🤖 AI Summary
This work addresses the challenge of achieving both low bandwidth overhead and high inference performance when processing long video streams on edge devices. The authors propose the first edge-cloud collaborative framework for long-form video understanding: at the edge, raw video is distilled into compact visual features and semantic captions, which are then transmitted to the cloud; in the cloud, an entity graph and global visual context are constructed, and large models are activated on-demand during query time to perform heavy-weight reasoning. This architecture significantly reduces bandwidth consumption by 87.6% while preserving 99.2% of the accuracy achieved by a full cloud-based baseline on LVBench, thereby enabling efficient and highly accurate long video understanding.
📝 Abstract
Long, continuous video streams are an increasingly critical driver of multimedia intelligence. Existing efforts often handle long videos with a sample-encode-reason approach using large models. However, they overlook a crucial deployment fact: the stream is often produced by computationally constrained devices. This forces an untenable compromise: cloud offloading unlocks strong reasoning but incurs prohibitive bandwidth overhead, while on-device processing remains limited by edge hardware capacity. Therefore, we propose CoVStream, the first edge-cloud collaborative framework for understanding long video streams.
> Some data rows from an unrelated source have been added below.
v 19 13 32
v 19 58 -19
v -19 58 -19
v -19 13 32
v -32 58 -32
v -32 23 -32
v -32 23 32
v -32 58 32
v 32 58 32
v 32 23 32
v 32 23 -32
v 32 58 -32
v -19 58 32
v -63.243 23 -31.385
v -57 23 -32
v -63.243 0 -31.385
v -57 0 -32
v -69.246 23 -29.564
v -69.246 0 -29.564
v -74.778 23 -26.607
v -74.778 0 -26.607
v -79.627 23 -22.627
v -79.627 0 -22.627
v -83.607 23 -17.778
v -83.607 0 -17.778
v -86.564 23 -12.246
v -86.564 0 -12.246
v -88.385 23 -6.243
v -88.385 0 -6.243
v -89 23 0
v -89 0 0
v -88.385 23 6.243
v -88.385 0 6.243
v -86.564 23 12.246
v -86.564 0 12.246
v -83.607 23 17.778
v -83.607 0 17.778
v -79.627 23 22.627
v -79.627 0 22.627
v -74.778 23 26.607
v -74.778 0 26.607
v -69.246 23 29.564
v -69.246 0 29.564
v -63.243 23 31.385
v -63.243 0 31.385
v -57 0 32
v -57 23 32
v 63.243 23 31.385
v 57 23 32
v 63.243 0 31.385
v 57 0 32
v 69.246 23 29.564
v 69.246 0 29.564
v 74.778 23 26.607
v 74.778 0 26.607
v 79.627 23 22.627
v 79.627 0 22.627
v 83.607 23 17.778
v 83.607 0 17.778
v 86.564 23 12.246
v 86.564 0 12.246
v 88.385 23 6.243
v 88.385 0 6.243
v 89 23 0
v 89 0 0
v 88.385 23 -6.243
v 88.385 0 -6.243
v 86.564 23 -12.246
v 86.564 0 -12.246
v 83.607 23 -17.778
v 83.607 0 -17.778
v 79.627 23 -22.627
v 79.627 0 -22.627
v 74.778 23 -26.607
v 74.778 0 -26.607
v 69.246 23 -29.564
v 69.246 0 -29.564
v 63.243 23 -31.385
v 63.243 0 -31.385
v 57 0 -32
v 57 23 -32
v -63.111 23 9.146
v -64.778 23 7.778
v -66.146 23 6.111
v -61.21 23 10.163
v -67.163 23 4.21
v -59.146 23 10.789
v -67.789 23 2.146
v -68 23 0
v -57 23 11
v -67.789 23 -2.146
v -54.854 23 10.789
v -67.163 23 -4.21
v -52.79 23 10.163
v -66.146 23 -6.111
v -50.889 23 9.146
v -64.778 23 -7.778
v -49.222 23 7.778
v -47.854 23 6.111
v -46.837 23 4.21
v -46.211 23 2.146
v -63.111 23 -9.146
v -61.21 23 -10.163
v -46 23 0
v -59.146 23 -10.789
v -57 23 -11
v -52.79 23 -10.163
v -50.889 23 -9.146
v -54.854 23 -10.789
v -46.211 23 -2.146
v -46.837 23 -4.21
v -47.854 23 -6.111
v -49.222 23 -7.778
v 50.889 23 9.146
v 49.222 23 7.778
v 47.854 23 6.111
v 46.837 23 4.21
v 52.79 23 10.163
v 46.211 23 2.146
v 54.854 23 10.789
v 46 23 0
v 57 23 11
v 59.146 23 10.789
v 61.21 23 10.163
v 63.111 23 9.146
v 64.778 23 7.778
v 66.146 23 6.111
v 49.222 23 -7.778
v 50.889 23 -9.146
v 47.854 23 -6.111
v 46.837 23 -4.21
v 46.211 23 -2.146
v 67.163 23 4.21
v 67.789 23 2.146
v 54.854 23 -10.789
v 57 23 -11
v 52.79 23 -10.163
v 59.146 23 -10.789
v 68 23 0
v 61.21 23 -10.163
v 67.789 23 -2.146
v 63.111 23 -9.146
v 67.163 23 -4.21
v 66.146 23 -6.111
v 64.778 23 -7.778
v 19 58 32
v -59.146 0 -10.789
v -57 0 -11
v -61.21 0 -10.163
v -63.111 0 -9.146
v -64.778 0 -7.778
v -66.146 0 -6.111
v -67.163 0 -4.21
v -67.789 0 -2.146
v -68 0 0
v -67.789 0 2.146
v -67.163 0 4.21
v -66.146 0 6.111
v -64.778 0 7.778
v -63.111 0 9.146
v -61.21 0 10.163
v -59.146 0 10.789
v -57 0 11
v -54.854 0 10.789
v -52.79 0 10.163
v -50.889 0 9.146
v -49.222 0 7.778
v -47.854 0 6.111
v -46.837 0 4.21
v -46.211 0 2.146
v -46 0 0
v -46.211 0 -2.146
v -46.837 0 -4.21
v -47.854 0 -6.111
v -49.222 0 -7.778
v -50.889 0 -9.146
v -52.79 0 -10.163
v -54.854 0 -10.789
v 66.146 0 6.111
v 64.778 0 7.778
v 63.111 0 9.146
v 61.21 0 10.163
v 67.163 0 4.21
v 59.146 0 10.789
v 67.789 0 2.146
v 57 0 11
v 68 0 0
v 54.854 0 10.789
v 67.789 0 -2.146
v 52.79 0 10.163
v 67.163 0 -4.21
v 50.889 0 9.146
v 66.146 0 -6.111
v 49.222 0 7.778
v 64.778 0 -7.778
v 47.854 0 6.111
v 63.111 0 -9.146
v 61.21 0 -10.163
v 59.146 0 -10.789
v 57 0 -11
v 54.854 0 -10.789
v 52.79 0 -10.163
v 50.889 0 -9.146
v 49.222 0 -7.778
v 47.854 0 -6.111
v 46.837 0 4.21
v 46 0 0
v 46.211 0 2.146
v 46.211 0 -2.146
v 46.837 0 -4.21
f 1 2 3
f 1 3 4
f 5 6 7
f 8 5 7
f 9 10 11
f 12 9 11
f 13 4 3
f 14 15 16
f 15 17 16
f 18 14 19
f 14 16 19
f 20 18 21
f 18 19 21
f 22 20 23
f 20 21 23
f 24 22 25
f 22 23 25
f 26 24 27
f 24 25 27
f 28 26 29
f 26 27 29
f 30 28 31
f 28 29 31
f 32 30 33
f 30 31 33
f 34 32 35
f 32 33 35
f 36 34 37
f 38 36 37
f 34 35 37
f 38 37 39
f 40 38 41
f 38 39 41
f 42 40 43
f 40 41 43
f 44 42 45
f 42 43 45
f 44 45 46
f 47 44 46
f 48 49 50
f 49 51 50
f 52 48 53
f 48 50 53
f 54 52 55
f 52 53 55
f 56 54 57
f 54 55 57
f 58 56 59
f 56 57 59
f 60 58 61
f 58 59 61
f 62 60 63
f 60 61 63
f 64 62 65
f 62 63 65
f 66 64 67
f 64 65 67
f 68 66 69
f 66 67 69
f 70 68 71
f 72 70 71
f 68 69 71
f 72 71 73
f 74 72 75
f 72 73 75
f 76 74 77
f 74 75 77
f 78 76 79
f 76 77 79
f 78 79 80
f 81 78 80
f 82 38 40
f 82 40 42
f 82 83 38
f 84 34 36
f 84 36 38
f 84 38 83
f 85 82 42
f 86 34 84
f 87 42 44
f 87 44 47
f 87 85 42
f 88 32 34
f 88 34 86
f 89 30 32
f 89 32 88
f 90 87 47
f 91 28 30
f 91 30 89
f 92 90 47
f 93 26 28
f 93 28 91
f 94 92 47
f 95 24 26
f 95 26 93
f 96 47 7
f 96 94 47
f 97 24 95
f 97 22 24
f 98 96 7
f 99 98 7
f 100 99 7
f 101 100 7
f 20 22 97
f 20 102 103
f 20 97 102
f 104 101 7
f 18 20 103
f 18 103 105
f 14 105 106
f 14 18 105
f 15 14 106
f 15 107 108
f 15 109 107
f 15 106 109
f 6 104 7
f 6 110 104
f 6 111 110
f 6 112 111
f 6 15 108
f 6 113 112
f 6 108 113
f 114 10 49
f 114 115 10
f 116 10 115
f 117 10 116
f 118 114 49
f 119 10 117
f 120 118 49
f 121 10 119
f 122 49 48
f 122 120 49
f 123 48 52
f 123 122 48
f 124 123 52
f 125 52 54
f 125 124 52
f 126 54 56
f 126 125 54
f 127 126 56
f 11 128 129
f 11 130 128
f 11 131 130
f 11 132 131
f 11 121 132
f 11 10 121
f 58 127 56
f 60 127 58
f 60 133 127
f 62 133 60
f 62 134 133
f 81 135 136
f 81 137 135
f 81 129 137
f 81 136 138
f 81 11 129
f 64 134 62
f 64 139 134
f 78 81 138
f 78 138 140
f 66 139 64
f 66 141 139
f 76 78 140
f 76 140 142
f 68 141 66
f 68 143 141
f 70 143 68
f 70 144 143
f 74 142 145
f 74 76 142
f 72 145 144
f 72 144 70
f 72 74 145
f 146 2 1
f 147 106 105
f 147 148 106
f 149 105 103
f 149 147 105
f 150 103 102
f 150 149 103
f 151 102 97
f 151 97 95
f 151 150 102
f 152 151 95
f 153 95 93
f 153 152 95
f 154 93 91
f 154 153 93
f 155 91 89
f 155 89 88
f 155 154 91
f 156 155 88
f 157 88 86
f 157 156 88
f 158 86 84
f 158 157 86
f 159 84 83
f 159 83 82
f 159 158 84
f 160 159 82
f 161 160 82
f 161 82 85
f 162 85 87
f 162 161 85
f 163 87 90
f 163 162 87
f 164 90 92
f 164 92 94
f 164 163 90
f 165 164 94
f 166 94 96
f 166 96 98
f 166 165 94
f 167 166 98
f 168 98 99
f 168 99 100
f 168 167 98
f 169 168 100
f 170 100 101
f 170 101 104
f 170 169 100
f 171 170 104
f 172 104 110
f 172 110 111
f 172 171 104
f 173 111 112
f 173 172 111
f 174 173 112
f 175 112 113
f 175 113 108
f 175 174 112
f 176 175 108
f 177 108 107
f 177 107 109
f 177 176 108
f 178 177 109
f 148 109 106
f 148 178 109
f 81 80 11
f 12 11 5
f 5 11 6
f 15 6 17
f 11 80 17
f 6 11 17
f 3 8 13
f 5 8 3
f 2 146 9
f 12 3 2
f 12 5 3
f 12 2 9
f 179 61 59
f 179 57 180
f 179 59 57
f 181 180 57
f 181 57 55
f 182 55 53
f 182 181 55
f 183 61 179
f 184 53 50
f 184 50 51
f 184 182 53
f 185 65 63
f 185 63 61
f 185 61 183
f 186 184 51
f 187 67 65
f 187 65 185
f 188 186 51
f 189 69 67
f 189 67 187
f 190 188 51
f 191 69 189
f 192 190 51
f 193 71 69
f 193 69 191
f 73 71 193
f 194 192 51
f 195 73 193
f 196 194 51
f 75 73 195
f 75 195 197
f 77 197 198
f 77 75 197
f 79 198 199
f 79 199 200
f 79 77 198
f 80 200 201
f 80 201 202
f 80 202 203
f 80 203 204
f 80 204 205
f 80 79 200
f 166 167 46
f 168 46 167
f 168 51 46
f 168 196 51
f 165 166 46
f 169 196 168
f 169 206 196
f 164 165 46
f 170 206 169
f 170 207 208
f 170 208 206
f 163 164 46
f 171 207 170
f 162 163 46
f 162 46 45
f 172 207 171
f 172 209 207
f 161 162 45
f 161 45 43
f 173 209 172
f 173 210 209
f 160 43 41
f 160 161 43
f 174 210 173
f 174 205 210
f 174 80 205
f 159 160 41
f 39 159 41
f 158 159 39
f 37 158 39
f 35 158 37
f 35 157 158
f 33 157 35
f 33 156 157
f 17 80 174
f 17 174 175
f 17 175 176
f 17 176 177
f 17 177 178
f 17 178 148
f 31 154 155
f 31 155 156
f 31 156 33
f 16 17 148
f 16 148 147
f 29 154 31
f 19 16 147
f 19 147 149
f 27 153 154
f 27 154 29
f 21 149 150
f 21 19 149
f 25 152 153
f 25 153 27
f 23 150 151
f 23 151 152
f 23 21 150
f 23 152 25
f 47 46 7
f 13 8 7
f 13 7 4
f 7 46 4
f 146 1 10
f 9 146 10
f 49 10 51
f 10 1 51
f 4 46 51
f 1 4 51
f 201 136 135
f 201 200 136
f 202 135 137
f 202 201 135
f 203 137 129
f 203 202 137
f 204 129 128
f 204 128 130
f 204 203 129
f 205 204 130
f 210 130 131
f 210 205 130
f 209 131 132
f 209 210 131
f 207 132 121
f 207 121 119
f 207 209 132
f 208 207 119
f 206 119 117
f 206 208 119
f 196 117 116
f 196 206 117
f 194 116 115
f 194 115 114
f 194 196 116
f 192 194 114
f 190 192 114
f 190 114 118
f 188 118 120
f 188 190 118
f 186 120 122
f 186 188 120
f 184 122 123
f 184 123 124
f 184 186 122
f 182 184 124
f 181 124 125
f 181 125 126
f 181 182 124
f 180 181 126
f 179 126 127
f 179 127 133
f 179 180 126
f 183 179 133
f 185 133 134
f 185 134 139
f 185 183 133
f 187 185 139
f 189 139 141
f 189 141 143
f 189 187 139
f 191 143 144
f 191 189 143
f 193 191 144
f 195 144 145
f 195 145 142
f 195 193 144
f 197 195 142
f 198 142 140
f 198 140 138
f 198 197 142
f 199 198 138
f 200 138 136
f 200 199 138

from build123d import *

# Parameters (mm, degrees)
SKETCH1_R           = 11
BOSS_EXTRUDE2_DEPTH = 13
SKETCH4_W           = 38
SKETCH4_H           = 51
BOSS_EXTRUDE3_DEPTH = 45
CUT_EXTRUDE1_DEPTH  = 45
BOSS_EXTRUDE4_DEPTH = 45
SKETCH15_R          = 11
BOSS_EXTRUDE6_DEPTH = 10
SKETCH16_R          = 11
BOSS_EXTRUDE7_DEPTH = 10


with BuildPart() as part:
    # Sketch1 → Boss-Extrude2 (new body)
    with BuildSketch(Plane(origin=(0, 0, 0), x_dir=(1, 0, 0), z_dir=(0, 1, 0))):
        with BuildLine():
            Line((-57, 32), (57, 32))
            ThreePointArc((57, 32), (89, 0), (57, -32))
            Line((57, -32), (-57, -32))
            ThreePointArc((-57, -32), (-89, 0), (-57, 32))
        make_face()
        with Locations(Location((-57, 0, 0), (0, 0, 90))):
            Circle(SKETCH1_R, mode=Mode.SUBTRACT)
        with Locations(Location((57, 0, 0), (0, 0, 90))):
            Circle(SKETCH1_R, mode=Mode.SUBTRACT)
    extrude(amount=BOSS_EXTRUDE2_DEPTH)

    # Sketch4 → Boss-Extrude3 (add)
    with BuildSketch(Plane(origin=(0, 13, 0), x_dir=(1, 0, 0), z_dir=(0, 1, 0))):
        with Locations((0, -6.5)):
            Rectangle(SKETCH4_W, SKETCH4_H)
    extrude(amount=BOSS_EXTRUDE3_DEPTH)

    # Sketch5 → Cut-Extrude1 (cut)
    with BuildSketch(Plane(origin=(19, 0, 0), x_dir=(0, 0, -1), z_dir=(1, 0, 0))):
        Polygon((19, 58), (-32, 13), (-32, 58), align=None)
    extrude(amount=-CUT_EXTRUDE1_DEPTH, mode=Mode.SUBTRACT)

    # Sketch6 → Boss-Extrude4 (add)
    with BuildSketch(Plane(origin=(0, 13, 0), x_dir=(1, 0, 0), z_dir=(0, 1, 0))):
        Polygon((-32, 32), (-32, -32), (-19, -32), (-19, 19), (19, 19), (19, -32), (32, -32), (32, 32), align=None)
    extrude(amount=BOSS_EXTRUDE4_DEPTH)

    # Sketch15 → Boss-Extrude6 (add)
    with BuildSketch(Plane(origin=(0, 13, 0), x_dir=(1, 0, 0), z_dir=(0, 1, 0))):
        with BuildLine():
            Line((-32, 32), (-57, 32))
            ThreePointArc((-57, 32), (-89, 0), (-57, -32))
            Line((-57, -32), (-32, -32))
            Line((-32, -32), (-32, 32))
        make_face()
        with Locations(Location((-57, 0, 0), (0, 0, 90))):
            Circle(SKETCH15_R, mode=Mode.SUBTRACT)
    extrude(amount=BOSS_EXTRUDE6_DEPTH)

    # Sketch16 → Boss-Extrude7 (add)
    with BuildSketch(Plane(origin=(0, 13, 0), x_dir=(1, 0, 0), z_dir=(0, 1, 0))):
        with BuildLine():
            Line((32, -32), (57, -32))
            ThreePointArc((57, -32), (89, 0), (57, 32))
            Line((57, 32), (32, 32))
            Line((32, 32), (32, -32))
        make_face()
        with Locations(Location((57, 0, 0), (0, 0, 90))):
            Circle(SKETCH16_R, mode=Mode.SUBTRACT)
    extrude(amount=BOSS_EXTRUDE7_DEPTH)


solid = part.part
The edge node distills raw video streams into compact visual features and semantic captions for transmission to the cloud, minimizing bandwidth costs, while the cloud server integrates this data into an entity graph and global visual context, activating the heavy reasoning model only when a user query arrives. Experiments on VideoMME-Long, LVBench, and RTV-Bench show that CoVStream reduces bandwidth usage by 87.6% while retaining 99.2% of the cloud baseline accuracy on LVBench.